Males and females share robust differences in their susceptibility to various autoimmune and infectious diseases, emphasizing that sex is an important biological variable regulating the immune system. My research studies the potential implication of sex-based immunological differences on the pathogenesis of various malignancies.

Steven Schutt

Steven Schutt

HCC Abney Fellow

Project: Fli-1: A Promising Therapeutic Target in Graft-versus-Host Disease and Leukemia

Mentor: Xue-Zhong Yu, M.D.

The protein Friend leukemia virus integration 1 (Fli-1) is responsible for development of Ewing's Sarcoma and certain types of leukemia, while also being associated with systemic lupus (SLE) in humans.

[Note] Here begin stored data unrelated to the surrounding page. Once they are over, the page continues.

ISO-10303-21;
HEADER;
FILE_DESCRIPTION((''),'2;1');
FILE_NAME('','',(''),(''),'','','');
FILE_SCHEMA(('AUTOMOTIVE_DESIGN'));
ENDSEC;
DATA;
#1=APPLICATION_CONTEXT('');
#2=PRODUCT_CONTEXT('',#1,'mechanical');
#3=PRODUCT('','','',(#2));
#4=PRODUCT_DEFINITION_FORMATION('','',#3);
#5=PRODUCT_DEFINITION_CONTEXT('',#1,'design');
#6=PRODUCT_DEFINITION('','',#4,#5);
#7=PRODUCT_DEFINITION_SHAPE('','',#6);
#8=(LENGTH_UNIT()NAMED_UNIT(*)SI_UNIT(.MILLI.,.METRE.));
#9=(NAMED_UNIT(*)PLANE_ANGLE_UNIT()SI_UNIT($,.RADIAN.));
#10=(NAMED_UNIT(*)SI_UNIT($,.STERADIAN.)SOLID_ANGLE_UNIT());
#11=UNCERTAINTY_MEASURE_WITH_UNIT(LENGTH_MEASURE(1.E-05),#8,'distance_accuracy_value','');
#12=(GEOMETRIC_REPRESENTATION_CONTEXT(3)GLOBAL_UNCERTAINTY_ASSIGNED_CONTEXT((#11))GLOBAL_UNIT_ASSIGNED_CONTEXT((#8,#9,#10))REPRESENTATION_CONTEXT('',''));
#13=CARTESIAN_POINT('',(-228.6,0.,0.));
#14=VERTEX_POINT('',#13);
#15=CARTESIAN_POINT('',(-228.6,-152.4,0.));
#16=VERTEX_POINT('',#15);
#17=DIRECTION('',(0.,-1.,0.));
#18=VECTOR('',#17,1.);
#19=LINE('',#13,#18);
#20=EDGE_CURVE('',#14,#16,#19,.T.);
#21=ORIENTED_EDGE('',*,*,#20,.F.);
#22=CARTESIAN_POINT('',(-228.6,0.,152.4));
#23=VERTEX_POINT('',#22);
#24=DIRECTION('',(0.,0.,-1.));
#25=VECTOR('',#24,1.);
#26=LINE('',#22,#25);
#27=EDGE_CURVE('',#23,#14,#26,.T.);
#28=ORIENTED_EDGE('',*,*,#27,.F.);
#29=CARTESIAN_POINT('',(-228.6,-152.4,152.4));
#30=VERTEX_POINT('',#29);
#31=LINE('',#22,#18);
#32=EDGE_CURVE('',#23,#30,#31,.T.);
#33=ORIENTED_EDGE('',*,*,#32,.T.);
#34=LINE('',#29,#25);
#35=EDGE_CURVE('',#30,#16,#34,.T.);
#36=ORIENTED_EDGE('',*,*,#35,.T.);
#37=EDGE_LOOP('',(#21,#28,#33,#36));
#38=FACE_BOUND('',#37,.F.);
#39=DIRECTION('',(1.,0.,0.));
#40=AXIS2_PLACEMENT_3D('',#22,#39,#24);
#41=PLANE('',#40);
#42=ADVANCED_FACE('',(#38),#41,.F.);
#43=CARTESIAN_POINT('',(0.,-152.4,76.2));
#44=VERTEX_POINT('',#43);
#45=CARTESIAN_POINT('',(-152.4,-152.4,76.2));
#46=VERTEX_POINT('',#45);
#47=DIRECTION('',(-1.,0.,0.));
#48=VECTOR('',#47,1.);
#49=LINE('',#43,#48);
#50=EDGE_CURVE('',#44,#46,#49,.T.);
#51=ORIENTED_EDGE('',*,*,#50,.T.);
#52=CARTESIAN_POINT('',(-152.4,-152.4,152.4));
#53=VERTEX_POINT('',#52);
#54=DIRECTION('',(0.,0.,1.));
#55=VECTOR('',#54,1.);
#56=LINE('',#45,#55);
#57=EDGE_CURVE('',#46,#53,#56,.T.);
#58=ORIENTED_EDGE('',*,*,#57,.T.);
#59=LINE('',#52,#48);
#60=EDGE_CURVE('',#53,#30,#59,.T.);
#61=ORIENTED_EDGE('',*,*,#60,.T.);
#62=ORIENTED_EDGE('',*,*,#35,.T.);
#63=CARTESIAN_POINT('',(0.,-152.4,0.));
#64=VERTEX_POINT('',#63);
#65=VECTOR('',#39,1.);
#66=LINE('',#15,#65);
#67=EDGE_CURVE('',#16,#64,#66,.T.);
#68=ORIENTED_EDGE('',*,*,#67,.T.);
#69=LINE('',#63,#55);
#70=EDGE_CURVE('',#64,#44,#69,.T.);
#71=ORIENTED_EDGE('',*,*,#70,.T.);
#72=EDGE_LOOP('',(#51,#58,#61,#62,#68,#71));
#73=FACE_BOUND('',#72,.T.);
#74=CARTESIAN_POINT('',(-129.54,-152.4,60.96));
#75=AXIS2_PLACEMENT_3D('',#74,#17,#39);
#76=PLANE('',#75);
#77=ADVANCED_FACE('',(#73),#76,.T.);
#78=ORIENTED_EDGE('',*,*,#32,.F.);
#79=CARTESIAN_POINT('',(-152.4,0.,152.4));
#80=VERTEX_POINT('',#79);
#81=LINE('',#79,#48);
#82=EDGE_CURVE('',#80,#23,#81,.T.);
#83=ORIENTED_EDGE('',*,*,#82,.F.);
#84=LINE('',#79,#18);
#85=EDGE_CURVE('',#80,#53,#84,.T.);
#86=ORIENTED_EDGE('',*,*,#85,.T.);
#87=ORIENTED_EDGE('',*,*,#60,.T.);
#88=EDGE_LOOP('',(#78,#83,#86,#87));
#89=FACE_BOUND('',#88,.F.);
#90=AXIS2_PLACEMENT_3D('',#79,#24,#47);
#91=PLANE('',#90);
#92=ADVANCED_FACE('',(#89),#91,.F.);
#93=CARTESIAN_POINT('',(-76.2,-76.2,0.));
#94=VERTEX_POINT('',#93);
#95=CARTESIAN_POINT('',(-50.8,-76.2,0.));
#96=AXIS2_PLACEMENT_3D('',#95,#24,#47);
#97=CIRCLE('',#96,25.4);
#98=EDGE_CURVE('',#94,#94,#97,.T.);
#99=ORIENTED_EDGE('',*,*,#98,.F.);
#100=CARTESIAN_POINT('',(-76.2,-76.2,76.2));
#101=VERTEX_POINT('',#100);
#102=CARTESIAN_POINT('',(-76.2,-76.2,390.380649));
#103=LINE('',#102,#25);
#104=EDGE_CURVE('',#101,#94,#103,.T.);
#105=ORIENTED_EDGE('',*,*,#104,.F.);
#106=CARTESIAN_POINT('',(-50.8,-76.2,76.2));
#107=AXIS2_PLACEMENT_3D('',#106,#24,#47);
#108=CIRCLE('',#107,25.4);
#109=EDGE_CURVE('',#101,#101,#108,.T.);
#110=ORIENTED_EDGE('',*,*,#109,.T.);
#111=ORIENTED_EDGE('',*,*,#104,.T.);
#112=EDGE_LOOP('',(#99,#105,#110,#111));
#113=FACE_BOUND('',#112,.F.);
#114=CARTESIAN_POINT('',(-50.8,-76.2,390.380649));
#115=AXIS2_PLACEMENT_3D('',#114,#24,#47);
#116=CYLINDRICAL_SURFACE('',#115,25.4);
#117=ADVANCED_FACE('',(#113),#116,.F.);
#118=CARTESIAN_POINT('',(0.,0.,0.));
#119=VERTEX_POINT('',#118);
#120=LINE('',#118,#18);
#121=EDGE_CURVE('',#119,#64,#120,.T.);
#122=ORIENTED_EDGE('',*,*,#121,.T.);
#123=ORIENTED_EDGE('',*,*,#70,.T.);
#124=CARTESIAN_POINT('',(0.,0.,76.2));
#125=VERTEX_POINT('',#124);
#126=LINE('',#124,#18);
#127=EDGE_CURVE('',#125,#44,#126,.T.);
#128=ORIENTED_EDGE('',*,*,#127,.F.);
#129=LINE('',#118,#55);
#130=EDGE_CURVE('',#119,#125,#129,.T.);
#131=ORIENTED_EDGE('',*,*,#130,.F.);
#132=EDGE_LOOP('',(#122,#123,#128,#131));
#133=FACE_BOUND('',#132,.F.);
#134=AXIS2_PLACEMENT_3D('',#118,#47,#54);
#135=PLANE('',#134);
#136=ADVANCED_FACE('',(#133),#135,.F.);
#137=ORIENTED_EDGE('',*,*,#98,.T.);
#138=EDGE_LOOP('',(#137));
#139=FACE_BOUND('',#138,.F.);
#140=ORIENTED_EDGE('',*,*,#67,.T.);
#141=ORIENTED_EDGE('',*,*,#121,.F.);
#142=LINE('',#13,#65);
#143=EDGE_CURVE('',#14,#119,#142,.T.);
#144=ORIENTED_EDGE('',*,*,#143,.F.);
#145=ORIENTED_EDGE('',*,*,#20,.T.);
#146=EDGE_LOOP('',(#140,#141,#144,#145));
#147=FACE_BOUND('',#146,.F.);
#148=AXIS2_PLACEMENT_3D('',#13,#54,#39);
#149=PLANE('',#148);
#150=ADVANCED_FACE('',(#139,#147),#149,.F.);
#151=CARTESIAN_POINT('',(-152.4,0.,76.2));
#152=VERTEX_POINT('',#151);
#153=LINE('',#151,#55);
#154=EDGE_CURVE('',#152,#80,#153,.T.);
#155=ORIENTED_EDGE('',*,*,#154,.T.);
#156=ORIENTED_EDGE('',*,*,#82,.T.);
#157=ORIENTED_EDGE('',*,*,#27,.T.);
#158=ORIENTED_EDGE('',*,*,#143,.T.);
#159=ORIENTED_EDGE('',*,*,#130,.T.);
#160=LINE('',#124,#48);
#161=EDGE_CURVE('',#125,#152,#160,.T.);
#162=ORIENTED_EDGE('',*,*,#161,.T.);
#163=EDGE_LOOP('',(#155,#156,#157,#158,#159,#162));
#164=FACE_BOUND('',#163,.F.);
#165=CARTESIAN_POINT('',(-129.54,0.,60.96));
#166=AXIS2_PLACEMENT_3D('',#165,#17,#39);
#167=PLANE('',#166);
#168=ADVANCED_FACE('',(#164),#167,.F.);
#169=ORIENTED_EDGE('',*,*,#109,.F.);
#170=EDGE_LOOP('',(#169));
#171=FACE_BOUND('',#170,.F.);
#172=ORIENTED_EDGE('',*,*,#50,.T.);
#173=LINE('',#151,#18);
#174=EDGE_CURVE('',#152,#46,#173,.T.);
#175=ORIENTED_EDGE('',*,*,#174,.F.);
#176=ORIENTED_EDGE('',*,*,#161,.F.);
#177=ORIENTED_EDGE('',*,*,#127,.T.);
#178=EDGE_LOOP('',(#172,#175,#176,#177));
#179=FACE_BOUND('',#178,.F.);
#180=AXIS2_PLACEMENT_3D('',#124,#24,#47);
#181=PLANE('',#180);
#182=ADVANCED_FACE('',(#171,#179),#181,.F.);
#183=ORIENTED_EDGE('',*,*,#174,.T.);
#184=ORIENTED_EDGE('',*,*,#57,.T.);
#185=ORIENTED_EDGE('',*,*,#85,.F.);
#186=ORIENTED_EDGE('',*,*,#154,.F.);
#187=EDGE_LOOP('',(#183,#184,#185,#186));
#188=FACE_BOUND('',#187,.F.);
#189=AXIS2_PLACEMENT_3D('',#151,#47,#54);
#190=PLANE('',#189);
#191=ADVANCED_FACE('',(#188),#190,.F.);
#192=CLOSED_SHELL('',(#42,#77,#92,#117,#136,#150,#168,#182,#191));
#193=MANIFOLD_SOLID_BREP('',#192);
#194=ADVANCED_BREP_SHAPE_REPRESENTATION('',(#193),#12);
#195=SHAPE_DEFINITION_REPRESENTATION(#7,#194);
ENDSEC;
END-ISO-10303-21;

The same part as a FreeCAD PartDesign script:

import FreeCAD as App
import Part
import Sketcher
from FreeCAD import Vector
Q = App.Units.Quantity

doc = App.newDocument("Part")
body = doc.addObject("PartDesign::Body", "Body")

sketch1 = body.newObject("Sketcher::SketchObject", "Sketch")
sketch1.AttachmentSupport = (doc.getObject("XZ_Plane"), [""])
sketch1.MapMode = "FlatFace"
sketch1.addGeometry(Part.LineSegment(Vector(-229, 0, 0), Vector(0, 0, 0)), False)
sketch1.addGeometry(Part.LineSegment(Vector(0, 0, 0), Vector(0, 76, 0)), False)
sketch1.addGeometry(Part.LineSegment(Vector(0, 76, 0), Vector(-152, 76, 0)), False)
sketch1.addGeometry(Part.LineSegment(Vector(-152, 76, 0), Vector(-152, 152, 0)), False)
sketch1.addGeometry(Part.LineSegment(Vector(-152, 152, 0), Vector(-229, 152, 0)), False)
sketch1.addGeometry(Part.LineSegment(Vector(-229, 152, 0), Vector(-229, 0, 0)), False)
sketch1.addConstraint(Sketcher.Constraint("Coincident", 0, 2, 1, 1))
sketch1.addConstraint(Sketcher.Constraint("Coincident", 1, 2, 2, 1))
sketch1.addConstraint(Sketcher.Constraint("Coincident", 2, 2, 3, 1))
sketch1.addConstraint(Sketcher.Constraint("Coincident", 3, 2, 4, 1))
sketch1.addConstraint(Sketcher.Constraint("Coincident", 4, 2, 5, 1))
sketch1.addConstraint(Sketcher.Constraint("Coincident", 5, 2, 0, 1))
sketch1.addConstraint(Sketcher.Constraint("Horizontal", 0))
sketch1.addConstraint(Sketcher.Constraint("Vertical", 1))
sketch1.addConstraint(Sketcher.Constraint("Horizontal", 2))
sketch1.addConstraint(Sketcher.Constraint("Vertical", 3))
sketch1.addConstraint(Sketcher.Constraint("Horizontal", 4))
sketch1.addConstraint(Sketcher.Constraint("Vertical", 5))
sketch1.addConstraint(Sketcher.Constraint("Coincident", 0, 2, -1, 1))
sketch1.addConstraint(Sketcher.Constraint("Equal", 4, 1))
sketch1.addConstraint(Sketcher.Constraint("Equal", 1, 3))
sketch1.addConstraint(Sketcher.Constraint("Equal", 2, 5))
sketch1.addConstraint(Sketcher.Constraint("DistanceX", 0, 1, 0, 2, Q("9 in")))
pad1 = body.newObject("PartDesign::Pad", "Pad")
pad1.Profile = sketch1
pad1.Length = Q("6 in")

sketch2 = body.newObject("Sketcher::SketchObject", "Sketch001")
sketch2.AttachmentSupport = (doc.getObject("XY_Plane"), [""])
sketch2.MapMode = "FlatFace"
sketch2.AttachmentOffset = App.Placement(Vector(0, 0, 3 * 25.4), App.Rotation())
sketch2.addGeometry(Part.Circle(Vector(-51, -76, 0), Vector(0, 0, 1), 25), False)
sketch2.addConstraint(Sketcher.Constraint("Diameter", 0, Q("2 in")))
sketch2.addConstraint(Sketcher.Constraint("DistanceX", 0, 3, -1, 1, Q("2 in")))
sketch2.addConstraint(Sketcher.Constraint("DistanceY", 0, 3, -1, 1, Q("3 in")))
doc.recompute()
hole = body.newObject("PartDesign::Hole", "Hole")
hole.Profile = sketch2
hole.ThreadType = "None"
hole.Diameter = Q("2 in")
hole.DepthType = "ThroughAll"

doc.recompute()
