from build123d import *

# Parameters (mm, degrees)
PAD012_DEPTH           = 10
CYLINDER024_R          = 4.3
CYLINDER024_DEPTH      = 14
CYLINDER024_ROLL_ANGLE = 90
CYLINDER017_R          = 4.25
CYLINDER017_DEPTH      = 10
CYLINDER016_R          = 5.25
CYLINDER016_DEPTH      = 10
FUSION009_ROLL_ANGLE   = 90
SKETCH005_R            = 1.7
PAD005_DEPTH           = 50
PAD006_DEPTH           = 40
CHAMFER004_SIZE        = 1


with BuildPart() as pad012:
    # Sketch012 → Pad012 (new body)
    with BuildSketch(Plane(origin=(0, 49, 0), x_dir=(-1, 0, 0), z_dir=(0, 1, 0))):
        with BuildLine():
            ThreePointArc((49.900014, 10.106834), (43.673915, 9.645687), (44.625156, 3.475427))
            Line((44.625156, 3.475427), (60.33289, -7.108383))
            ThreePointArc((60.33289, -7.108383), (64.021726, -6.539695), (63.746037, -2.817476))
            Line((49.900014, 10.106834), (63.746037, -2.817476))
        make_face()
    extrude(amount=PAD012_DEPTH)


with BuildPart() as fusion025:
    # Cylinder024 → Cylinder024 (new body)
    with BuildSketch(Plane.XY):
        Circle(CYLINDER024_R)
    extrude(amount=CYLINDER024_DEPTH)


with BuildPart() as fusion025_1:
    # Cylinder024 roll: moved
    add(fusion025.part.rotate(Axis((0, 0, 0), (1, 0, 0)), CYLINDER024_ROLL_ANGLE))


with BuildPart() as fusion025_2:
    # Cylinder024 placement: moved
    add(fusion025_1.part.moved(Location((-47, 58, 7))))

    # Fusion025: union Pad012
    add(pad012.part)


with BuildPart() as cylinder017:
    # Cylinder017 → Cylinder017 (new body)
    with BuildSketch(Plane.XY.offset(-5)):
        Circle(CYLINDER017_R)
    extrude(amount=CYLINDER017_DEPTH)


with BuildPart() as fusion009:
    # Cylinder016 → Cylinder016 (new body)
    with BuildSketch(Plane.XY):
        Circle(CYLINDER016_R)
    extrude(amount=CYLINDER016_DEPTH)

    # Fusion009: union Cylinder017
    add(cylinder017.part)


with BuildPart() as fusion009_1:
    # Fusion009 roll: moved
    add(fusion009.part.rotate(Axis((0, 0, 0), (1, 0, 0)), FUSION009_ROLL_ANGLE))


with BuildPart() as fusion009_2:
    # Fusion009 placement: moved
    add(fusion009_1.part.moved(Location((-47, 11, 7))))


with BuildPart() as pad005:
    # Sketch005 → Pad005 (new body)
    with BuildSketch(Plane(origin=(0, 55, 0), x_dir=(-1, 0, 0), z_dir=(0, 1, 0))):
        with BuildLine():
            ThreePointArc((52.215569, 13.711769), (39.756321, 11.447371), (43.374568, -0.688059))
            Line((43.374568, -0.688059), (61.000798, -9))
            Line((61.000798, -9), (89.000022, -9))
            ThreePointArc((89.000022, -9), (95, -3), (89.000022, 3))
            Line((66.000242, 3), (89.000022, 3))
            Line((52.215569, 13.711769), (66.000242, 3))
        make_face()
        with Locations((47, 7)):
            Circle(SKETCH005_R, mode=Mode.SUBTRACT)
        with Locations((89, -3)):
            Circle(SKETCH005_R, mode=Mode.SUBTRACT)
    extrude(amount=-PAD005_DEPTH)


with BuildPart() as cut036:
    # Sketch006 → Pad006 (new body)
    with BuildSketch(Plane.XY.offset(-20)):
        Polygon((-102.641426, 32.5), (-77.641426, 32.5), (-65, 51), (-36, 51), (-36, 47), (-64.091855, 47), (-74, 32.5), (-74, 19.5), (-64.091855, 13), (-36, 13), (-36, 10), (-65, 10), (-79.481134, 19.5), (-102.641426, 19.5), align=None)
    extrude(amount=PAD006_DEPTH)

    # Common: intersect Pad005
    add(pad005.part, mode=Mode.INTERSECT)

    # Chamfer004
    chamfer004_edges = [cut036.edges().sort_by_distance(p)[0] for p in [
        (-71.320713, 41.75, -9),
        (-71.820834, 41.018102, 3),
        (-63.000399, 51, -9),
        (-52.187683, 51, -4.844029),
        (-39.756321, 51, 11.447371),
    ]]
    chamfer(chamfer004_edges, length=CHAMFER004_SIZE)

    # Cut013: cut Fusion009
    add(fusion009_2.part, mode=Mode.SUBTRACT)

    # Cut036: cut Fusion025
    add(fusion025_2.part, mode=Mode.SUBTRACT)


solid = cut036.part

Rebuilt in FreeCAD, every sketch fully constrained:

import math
import FreeCAD as App
import Part
import Sketcher
from FreeCAD import Vector
Q = App.Units.Quantity


def edges_at(feature, points):
    """Names of the edges that pass closest to the given points."""
    edges = feature.Shape.Edges
    near = lambda p: min(range(len(edges)), key=lambda i: edges[i].distToShape(Part.Vertex(*p))[0])
    return sorted({f"Edge{near(p) + 1}" for p in points})

doc = App.newDocument("Part")
body = doc.addObject("PartDesign::Body", "Body")

# Sketch on XZ plane
sketch1 = body.newObject("Sketcher::SketchObject", "Sketch")
sketch1.AttachmentSupport = (doc.getObject("XZ_Plane"), [""])
sketch1.MapMode = "FlatFace"
sketch1.AttachmentOffset = App.Placement(Vector(0, 0, -49), App.Rotation())
sketch1.addGeometry(Part.ArcOfCircle(Part.Circle(Vector(-47, 7, 0), Vector(0, 0, 1), 4.25), math.radians(-56.028062), math.radians(133.028048)), False)
sketch1.addGeometry(Part.LineSegment(Vector(-44.625156, 3.475427, 0), Vector(-60.33289, -7.108383, 0)), False)
sketch1.addGeometry(Part.ArcOfCircle(Part.Circle(Vector(-61.869555, -4.827778, 0), Vector(0, 0, 1), 2.75), math.radians(133.02811), math.radians(303.97198)), False)
sketch1.addGeometry(Part.LineSegment(Vector(-63.746037, -2.817476, 0), Vector(-49.900014, 10.106834, 0)), False)
sketch1.addConstraint(Sketcher.Constraint("Tangent", 0, 1, 1, 1))
sketch1.addConstraint(Sketcher.Constraint("Tangent", 1, 2, 2, 2))
sketch1.addConstraint(Sketcher.Constraint("Tangent", 2, 1, 3, 1))
sketch1.addConstraint(Sketcher.Constraint("Tangent", 3, 2, 0, 2))
sketch1.addConstraint(Sketcher.Constraint("Radius", 0, Q("4.25 mm")))
sketch1.addConstraint(Sketcher.Constraint("Radius", 2, Q("2.75 mm")))
sketch1.addConstraint(Sketcher.Constraint("DistanceX", 0, 3, -1, 1, Q("47 mm")))
sketch1.addConstraint(Sketcher.Constraint("DistanceY", -1, 1, 0, 3, Q("7 mm")))
sketch1.addConstraint(Sketcher.Constraint("Distance", 3, Q("18.940701 mm")))
sketch1.addConstraint(Sketcher.Constraint("DistanceX", 2, 3, 0, 1, Q("17.244399 mm")))
pad1 = body.newObject("PartDesign::Pad", "Pad")
pad1.Profile = sketch1
pad1.Length = 10
pad1.Reversed = True
body2 = doc.addObject("PartDesign::Body", "Body001")

# Sketch on XY plane
sketch2 = body2.newObject("Sketcher::SketchObject", "Sketch001")
sketch2.AttachmentSupport = (doc.getObject("XY_Plane001"), [""])
sketch2.MapMode = "FlatFace"
sketch2.addGeometry(Part.Circle(Vector(0, 0, 0), Vector(0, 0, 1), 4.3), False)
sketch2.addConstraint(Sketcher.Constraint("Coincident", 0, 3, -1, 1))
sketch2.addConstraint(Sketcher.Constraint("Diameter", 0, Q("8.6 mm")))
pad2 = body2.newObject("PartDesign::Pad", "Pad001")
pad2.Profile = sketch2
pad2.Length = 14
body3 = doc.addObject("PartDesign::Body", "Body002")
doc.recompute()

body2.Placement = App.Placement(Vector(0, 0, 0), App.Rotation(Vector(1, 0, 0), 90))
boolean = body3.newObject("PartDesign::Boolean", "Boolean")
boolean.Type = "Fuse"
boolean.addObjects([body2])
body4 = doc.addObject("PartDesign::Body", "Body003")
doc.recompute()

body3.Placement = App.Placement(Vector(-47, 58, 7), App.Rotation(Vector(0, 0, 1), 0))
boolean2 = body4.newObject("PartDesign::Boolean", "Boolean001")
boolean2.Type = "Fuse"
boolean2.addObjects([body3])
doc.recompute()

boolean3 = body4.newObject("PartDesign::Boolean", "Boolean002")
boolean3.Type = "Fuse"
boolean3.addObjects([body])
body5 = doc.addObject("PartDesign::Body", "Body004")

# Sketch on XY plane
sketch3 = body5.newObject("Sketcher::SketchObject", "Sketch002")
sketch3.AttachmentSupport = (doc.getObject("XY_Plane004"), [""])
sketch3.MapMode = "FlatFace"
sketch3.AttachmentOffset = App.Placement(Vector(0, 0, -5), App.Rotation())
sketch3.addGeometry(Part.Circle(Vector(0, 0, 0), Vector(0, 0, 1), 4.25), False)
sketch3.addConstraint(Sketcher.Constraint("Coincident", 0, 3, -1, 1))
sketch3.addConstraint(Sketcher.Constraint("Diameter", 0, Q("8.5 mm")))
pad3 = body5.newObject("PartDesign::Pad", "Pad002")
pad3.Profile = sketch3
pad3.Length = 10
body6 = doc.addObject("PartDesign::Body", "Body005")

This association led us to test if targeting Fli-1 in pre-clinical animal models would be beneficial for graft-versus-host disease (GVHD), where we indeed found that targeting Fli-1 using a genetic approach was able to prevent GVHD development.

Aubrey Smith

Aubrey Smith

HCC Abney Fellow

Project: Defining the Role of Toll-like Receptor Agonists in T Cell-based Immunotherapy

Mentor: Chrystal Paulos, Ph.D.

We recently discovered that Toll-like receptor 9 agonist, called CpG-ODN, dramatically augments the anti-tumor activity of adoptively transferred CD8+ T cells. This grant seeks to uncover the mechanisms underlining the effectiveness of this novel therapy. Our findings have the potential to revolutionize various forms of T cell-based therapies for cancer patients.